Issues Before the Fifth and Second Circuits
In the meantime, Halliburton has presented the following issue, among others, in its appeal currently before the Fifth Circuit:
Should class certification have been denied where Halliburton showed that (1) the alleged misrepresentations [regarding the company's exposure to asbestos liabilities] did not move the market price when made throughout the July 22, 1999, through Dec. 7, 2001, class period and that (2) the stock-price decline on Dec. 7, 2001, could not show the misrepresentations' price impact because that day's disclosure of a jury verdict [in an asbestos lawsuit against a Halliburton subsidiary] was not "corrective," i.e., it did not reveal the truth obscured by any alleged misrepresentation?
To decide this issue, the Fifth Circuit must necessarily grapple with the question of whether a district court may assume the corrective nature of an alleged corrective disclosure and refuse to examine the defendant's evidence to the contrary, even in cases where, as in Halliburton II, the defendant has shown the absence of a front-end price impact.
Similarly, in the Goldman Sachs securities litigation, the Second Circuit will decide the following question (among others) regarding the appropriate standard of rebuttal proof under Halliburton II: Did the district court err in creating a virtually insurmountable legal standard, that to rebut Basic's fraud-on-the-market presumption under Halliburton II, defendants must "demonstrate a complete absence of price impact" with "conclusive evidence?"

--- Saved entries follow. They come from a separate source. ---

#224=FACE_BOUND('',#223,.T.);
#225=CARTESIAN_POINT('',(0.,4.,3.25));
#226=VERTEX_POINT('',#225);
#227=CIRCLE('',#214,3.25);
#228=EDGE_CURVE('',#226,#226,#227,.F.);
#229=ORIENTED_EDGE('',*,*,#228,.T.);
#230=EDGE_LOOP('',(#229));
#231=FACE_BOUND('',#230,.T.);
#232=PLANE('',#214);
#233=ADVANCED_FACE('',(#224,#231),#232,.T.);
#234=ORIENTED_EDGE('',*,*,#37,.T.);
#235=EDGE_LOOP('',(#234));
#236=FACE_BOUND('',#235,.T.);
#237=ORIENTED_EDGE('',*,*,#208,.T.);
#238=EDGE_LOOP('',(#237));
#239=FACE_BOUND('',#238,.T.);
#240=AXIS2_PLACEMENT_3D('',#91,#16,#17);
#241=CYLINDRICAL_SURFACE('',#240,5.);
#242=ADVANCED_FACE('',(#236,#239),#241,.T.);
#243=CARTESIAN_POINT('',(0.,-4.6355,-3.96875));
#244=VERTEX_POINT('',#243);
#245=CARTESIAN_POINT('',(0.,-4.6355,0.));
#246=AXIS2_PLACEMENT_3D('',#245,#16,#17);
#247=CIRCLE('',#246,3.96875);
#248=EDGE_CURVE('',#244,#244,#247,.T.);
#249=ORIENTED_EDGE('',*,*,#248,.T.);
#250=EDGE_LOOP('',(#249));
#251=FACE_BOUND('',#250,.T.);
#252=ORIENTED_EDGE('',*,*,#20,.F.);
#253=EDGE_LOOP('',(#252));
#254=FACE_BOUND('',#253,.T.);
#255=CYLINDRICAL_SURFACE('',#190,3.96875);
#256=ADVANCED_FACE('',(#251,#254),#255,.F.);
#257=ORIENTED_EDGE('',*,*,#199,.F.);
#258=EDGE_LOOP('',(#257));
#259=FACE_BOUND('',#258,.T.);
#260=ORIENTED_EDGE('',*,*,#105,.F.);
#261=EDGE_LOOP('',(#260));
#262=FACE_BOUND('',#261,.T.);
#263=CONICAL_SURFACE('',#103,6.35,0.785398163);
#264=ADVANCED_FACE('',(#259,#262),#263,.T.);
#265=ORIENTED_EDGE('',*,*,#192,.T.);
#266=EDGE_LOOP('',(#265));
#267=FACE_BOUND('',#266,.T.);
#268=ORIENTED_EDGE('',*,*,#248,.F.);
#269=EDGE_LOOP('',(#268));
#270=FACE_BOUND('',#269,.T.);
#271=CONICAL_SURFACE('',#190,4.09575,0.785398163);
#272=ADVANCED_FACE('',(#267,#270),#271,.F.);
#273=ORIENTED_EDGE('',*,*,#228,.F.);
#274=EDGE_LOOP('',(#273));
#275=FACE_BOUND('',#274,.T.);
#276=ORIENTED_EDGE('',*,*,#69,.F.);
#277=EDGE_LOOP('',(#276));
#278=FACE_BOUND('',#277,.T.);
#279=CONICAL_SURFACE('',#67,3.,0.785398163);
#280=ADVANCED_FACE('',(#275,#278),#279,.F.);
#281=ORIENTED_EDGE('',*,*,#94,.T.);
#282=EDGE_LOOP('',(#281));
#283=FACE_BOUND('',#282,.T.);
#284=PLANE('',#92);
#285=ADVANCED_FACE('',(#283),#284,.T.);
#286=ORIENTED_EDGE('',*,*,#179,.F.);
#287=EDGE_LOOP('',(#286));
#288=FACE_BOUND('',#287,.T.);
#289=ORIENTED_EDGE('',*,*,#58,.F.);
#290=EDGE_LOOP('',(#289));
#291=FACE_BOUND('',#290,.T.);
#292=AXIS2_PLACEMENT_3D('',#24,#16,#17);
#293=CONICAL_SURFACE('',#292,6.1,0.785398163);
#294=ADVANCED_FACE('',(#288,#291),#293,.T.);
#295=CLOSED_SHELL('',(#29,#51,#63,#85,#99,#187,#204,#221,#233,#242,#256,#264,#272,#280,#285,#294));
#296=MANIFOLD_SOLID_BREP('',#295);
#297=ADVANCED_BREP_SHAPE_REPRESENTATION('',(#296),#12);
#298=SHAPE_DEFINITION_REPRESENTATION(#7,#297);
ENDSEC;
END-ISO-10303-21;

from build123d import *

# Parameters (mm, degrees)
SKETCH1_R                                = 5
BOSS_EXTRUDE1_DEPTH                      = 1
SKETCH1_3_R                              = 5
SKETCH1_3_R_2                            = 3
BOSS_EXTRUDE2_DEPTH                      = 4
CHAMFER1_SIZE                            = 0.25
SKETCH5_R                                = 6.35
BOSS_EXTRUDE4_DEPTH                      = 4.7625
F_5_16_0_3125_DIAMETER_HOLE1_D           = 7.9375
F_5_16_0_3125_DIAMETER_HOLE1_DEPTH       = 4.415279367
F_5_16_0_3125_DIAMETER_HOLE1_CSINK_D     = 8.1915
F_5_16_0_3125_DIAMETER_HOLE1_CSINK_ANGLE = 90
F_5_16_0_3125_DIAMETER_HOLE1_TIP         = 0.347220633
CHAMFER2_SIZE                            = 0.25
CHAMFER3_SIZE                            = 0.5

As did the Eighth Circuit in Best Buy, the Second Circuit will review the district court's (1) refusal to consider Goldman Sachs' evidence of no front-end price impact and (2) conclusion that the plaintiffs' mere assertion of a price-maintenance theory (without any supporting evidence) overrode the company's lack-of-price-impact evidence in any event.
Securities litigants should pay close attention to these appeals as their outcomes will determine whether the Best Buy decision actually turned the tide for defendants seeking to rebut the Basic presumption under Halliburton II.